YOUR ASSIGNMENT:
From the data that follows, print exactly the lines starting at the one containing "#162=EDGE_LOOP('',(#155,#159,#160,#161));" and ending at the one containing "#182=EDGE_CURVE('',#180,#130,#181,.T.);"; include both of them and nothing more.

DATA SUPPLIED:
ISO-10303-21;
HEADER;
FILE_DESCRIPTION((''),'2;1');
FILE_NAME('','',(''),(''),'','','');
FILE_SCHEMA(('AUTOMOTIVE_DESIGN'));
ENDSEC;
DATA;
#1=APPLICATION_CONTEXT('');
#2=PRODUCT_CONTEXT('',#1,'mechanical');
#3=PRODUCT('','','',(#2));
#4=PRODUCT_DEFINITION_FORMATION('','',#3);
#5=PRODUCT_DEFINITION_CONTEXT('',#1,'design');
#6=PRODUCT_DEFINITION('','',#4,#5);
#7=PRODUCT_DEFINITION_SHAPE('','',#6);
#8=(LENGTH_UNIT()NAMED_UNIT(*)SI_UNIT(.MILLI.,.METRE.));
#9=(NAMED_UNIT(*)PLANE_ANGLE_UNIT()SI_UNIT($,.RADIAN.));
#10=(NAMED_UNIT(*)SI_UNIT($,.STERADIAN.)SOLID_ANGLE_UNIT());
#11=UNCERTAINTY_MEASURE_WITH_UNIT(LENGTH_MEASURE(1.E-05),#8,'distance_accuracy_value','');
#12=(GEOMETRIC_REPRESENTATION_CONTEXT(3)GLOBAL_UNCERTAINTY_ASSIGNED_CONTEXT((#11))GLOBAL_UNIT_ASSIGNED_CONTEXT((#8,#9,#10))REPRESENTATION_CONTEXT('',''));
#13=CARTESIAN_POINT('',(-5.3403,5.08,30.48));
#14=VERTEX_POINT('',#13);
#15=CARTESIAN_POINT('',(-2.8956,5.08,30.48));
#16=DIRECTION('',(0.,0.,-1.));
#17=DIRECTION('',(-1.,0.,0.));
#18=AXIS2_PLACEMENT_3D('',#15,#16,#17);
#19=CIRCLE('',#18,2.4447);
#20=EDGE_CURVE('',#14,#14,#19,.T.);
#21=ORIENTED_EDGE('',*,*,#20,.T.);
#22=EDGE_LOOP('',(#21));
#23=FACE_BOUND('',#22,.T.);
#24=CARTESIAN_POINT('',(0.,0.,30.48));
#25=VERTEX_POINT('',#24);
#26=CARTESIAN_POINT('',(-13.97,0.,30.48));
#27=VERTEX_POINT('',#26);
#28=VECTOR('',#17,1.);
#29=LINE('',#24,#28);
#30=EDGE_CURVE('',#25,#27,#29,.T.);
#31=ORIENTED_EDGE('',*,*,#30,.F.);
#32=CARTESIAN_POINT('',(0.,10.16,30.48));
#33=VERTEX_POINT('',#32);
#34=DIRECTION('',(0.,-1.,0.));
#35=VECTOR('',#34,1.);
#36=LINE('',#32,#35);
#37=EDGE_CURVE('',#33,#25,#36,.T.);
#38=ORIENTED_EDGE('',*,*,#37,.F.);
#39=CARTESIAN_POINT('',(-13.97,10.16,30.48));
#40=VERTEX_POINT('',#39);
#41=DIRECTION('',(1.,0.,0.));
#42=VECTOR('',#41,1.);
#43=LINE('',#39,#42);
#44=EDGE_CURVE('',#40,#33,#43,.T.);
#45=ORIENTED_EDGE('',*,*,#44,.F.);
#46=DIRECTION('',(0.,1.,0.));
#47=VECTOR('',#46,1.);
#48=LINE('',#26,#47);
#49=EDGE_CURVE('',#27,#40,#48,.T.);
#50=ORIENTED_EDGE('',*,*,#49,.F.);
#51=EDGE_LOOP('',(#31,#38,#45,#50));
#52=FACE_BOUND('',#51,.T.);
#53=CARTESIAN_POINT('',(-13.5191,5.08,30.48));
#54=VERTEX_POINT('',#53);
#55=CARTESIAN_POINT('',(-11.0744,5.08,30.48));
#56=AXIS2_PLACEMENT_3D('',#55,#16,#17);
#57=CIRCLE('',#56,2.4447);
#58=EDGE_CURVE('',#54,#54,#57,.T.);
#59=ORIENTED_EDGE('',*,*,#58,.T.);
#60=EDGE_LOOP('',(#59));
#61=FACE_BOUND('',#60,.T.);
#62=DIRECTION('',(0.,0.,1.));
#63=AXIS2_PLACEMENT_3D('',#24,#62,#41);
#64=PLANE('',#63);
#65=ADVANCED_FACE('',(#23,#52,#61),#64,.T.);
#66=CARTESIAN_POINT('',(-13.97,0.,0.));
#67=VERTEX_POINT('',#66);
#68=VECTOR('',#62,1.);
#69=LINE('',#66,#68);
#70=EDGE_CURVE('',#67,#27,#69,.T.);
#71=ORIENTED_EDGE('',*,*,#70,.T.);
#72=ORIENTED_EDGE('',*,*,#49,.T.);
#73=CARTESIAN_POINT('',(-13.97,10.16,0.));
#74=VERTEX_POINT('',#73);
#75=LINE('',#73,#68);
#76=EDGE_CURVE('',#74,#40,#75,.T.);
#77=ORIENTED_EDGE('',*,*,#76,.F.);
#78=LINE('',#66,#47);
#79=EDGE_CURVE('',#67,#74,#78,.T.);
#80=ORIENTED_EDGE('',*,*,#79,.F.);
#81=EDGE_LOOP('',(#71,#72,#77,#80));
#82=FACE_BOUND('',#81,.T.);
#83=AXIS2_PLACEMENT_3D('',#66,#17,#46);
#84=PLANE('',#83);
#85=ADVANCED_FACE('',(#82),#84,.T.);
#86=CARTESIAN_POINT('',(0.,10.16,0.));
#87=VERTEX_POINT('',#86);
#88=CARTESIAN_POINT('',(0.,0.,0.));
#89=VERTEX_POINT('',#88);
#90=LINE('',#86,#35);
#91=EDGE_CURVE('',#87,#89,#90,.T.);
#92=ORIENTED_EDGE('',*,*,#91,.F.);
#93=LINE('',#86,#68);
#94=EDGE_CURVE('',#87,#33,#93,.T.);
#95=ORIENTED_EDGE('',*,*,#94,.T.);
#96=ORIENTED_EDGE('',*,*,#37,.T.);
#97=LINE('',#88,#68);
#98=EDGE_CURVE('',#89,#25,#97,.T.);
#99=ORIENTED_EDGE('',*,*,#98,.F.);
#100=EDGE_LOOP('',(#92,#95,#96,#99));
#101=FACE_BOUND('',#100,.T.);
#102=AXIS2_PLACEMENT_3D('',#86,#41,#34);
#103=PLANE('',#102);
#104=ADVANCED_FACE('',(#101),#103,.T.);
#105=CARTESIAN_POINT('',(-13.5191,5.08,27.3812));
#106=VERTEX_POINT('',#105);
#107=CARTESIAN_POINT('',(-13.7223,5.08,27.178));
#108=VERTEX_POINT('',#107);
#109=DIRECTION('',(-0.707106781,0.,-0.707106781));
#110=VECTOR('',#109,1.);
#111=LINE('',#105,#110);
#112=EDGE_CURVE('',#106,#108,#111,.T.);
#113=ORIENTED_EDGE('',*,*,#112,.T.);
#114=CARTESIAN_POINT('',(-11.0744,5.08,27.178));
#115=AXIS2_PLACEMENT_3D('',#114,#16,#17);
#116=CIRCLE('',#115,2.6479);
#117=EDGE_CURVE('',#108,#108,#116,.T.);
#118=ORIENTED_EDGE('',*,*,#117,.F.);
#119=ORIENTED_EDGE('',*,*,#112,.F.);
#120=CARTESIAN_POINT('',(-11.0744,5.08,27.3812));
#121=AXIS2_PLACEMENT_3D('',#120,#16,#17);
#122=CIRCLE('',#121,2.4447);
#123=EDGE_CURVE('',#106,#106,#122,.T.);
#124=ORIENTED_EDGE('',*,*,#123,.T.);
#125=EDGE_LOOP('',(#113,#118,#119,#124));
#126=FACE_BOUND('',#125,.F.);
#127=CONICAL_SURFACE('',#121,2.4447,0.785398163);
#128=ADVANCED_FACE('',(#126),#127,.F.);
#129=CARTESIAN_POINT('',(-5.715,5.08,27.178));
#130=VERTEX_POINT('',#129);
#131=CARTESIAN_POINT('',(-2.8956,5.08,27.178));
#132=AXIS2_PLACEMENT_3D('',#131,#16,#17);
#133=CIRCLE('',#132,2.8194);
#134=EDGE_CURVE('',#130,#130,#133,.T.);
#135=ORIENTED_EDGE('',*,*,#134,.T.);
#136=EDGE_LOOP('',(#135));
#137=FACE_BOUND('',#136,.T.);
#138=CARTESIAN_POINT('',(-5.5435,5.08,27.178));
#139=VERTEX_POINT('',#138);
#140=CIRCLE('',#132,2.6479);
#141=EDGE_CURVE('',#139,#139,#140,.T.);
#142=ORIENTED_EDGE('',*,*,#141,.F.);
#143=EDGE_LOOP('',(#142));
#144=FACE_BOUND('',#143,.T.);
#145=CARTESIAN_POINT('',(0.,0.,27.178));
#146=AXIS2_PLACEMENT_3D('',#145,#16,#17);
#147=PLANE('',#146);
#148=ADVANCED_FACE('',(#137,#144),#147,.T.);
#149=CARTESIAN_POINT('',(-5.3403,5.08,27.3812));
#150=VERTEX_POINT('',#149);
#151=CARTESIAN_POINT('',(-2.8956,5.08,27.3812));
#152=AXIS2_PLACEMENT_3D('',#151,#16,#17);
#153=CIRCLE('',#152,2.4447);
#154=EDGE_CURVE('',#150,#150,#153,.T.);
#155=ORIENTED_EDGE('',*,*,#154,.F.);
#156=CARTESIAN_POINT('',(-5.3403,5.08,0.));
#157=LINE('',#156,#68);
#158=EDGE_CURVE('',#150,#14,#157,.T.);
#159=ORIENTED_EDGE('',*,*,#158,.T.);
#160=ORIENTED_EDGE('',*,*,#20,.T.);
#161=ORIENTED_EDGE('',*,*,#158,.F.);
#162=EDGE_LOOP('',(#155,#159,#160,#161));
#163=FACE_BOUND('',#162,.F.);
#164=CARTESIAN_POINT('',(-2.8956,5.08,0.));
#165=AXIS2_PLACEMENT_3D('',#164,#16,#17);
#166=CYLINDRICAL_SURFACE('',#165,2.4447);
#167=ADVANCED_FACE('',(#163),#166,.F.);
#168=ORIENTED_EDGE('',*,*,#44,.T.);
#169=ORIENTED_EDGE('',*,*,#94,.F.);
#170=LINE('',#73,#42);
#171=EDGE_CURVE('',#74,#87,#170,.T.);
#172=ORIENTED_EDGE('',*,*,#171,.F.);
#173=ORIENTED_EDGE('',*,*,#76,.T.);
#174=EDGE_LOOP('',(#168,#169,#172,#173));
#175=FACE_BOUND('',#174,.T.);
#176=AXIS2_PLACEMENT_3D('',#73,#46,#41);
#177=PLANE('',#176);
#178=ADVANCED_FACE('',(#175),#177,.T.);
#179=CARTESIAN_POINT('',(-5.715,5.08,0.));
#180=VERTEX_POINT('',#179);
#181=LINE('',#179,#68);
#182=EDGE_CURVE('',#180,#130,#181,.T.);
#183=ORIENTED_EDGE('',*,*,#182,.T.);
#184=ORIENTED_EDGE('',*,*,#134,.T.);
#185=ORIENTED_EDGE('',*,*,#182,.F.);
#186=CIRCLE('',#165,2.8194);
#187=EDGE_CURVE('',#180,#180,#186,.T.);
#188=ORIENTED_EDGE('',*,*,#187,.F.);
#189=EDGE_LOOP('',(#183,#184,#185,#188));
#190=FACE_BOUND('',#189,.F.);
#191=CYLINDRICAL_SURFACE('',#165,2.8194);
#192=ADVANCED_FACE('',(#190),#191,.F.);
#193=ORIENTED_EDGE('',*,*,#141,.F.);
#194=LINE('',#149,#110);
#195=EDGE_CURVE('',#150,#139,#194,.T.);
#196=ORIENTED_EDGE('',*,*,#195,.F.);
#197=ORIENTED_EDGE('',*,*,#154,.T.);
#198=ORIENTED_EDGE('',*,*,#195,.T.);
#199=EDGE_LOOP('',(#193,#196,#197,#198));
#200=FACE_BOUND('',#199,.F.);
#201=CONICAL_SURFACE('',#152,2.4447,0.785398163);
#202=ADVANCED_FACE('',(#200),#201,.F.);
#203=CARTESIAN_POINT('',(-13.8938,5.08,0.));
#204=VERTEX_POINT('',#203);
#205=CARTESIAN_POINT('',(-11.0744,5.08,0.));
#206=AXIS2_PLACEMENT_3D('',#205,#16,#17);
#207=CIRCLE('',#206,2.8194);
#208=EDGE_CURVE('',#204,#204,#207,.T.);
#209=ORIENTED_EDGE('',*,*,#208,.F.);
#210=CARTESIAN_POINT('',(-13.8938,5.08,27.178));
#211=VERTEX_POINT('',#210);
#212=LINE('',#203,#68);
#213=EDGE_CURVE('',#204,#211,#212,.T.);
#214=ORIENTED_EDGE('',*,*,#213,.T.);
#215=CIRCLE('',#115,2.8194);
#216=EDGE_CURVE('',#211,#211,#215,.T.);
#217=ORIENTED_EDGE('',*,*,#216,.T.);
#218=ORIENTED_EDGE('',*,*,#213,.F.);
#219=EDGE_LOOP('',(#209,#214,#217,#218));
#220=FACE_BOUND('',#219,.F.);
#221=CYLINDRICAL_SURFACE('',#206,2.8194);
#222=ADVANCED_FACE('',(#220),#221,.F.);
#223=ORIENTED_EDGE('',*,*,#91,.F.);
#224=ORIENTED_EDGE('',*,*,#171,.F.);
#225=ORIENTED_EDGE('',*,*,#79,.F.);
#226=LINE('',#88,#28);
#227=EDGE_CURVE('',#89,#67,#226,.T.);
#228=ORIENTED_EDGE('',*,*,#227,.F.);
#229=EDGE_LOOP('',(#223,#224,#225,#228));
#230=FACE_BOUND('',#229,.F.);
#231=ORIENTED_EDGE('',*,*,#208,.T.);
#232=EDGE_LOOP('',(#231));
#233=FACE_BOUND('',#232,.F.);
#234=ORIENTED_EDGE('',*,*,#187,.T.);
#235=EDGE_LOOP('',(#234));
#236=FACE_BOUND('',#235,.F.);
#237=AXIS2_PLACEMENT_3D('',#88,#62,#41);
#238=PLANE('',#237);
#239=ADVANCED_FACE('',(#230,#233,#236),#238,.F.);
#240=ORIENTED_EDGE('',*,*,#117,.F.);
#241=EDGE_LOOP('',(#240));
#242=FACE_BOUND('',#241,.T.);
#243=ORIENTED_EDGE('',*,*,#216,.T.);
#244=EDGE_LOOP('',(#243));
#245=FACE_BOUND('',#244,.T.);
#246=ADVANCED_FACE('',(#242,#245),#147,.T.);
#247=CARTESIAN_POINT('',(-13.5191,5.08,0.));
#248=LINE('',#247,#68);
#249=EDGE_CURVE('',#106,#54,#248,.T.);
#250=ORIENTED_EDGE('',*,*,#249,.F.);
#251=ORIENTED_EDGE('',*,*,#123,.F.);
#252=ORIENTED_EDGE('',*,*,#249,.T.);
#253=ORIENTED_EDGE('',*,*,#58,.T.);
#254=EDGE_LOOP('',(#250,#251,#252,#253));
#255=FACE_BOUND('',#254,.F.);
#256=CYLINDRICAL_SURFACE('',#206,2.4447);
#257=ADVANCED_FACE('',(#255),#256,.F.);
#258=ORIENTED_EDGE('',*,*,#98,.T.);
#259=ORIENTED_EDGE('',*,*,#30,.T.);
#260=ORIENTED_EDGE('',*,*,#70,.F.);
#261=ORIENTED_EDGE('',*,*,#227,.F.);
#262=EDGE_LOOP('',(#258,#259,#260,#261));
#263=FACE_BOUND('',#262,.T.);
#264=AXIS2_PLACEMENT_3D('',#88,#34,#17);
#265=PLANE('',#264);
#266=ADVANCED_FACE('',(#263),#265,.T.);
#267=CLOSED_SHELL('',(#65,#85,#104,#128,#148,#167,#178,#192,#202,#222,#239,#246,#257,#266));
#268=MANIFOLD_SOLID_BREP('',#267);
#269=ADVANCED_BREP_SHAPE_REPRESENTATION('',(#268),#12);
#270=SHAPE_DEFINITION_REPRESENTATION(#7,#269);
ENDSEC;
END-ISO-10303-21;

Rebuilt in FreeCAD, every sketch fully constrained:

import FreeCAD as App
import Part
import Sketcher
from FreeCAD import Vector
Q = App.Units.Quantity


def edges_at(feature, points):
    """Names of the edges that pass closest to the given points."""
    edges = feature.Shape.Edges
    near = lambda p: min(range(len(edges)), key=lambda i: edges[i].distToShape(Part.Vertex(*p))[0])
    return sorted({f"Edge{near(p) + 1}" for p in points})


def add_polygon(sketch, points):
    """Adds a closed chain of lines whose ends are joined by coincident constraints."""
    first, n = sketch.GeometryCount, len(points)
    for a, b in zip(points, points[1:] + points[:1]):
        sketch.addGeometry(Part.LineSegment(App.Vector(*a, 0), App.Vector(*b, 0)), False)
    for i in range(n):
        sketch.addConstraint(Sketcher.Constraint("Coincident", first + i, 2, first + (i + 1) % n, 1))

doc = App.newDocument("Part")
params = doc.addObject("Spreadsheet::Sheet", "Params")
for row, (alias, value) in enumerate([
    ("sketch1_height", "0.4 in"),
    ("sketch1_width", "0.55 in"),
    ("pad1_length", "1.2 in"),
    ("sketch2_diameter", "0.222 in"),
    ("pocket1_length", "1.07 in"),
    ("pocket2_length", "1.3 in"),
    ("chamfer_size", "0.008 in"),
], start=1):
    params.set(f"A{row}", alias)
    params.set(f"B{row}", "=" + value)
    params.setAlias(f"B{row}", alias)

body = doc.addObject("PartDesign::Body", "Body")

WRITTEN SOLUTION:
#162=EDGE_LOOP('',(#155,#159,#160,#161));
#163=FACE_BOUND('',#162,.F.);
#164=CARTESIAN_POINT('',(-2.8956,5.08,0.));
#165=AXIS2_PLACEMENT_3D('',#164,#16,#17);
#166=CYLINDRICAL_SURFACE('',#165,2.4447);
#167=ADVANCED_FACE('',(#163),#166,.F.);
#168=ORIENTED_EDGE('',*,*,#44,.T.);
#169=ORIENTED_EDGE('',*,*,#94,.F.);
#170=LINE('',#73,#42);
#171=EDGE_CURVE('',#74,#87,#170,.T.);
#172=ORIENTED_EDGE('',*,*,#171,.F.);
#173=ORIENTED_EDGE('',*,*,#76,.T.);
#174=EDGE_LOOP('',(#168,#169,#172,#173));
#175=FACE_BOUND('',#174,.T.);
#176=AXIS2_PLACEMENT_3D('',#73,#46,#41);
#177=PLANE('',#176);
#178=ADVANCED_FACE('',(#175),#177,.T.);
#179=CARTESIAN_POINT('',(-5.715,5.08,0.));
#180=VERTEX_POINT('',#179);
#181=LINE('',#179,#68);
#182=EDGE_CURVE('',#180,#130,#181,.T.);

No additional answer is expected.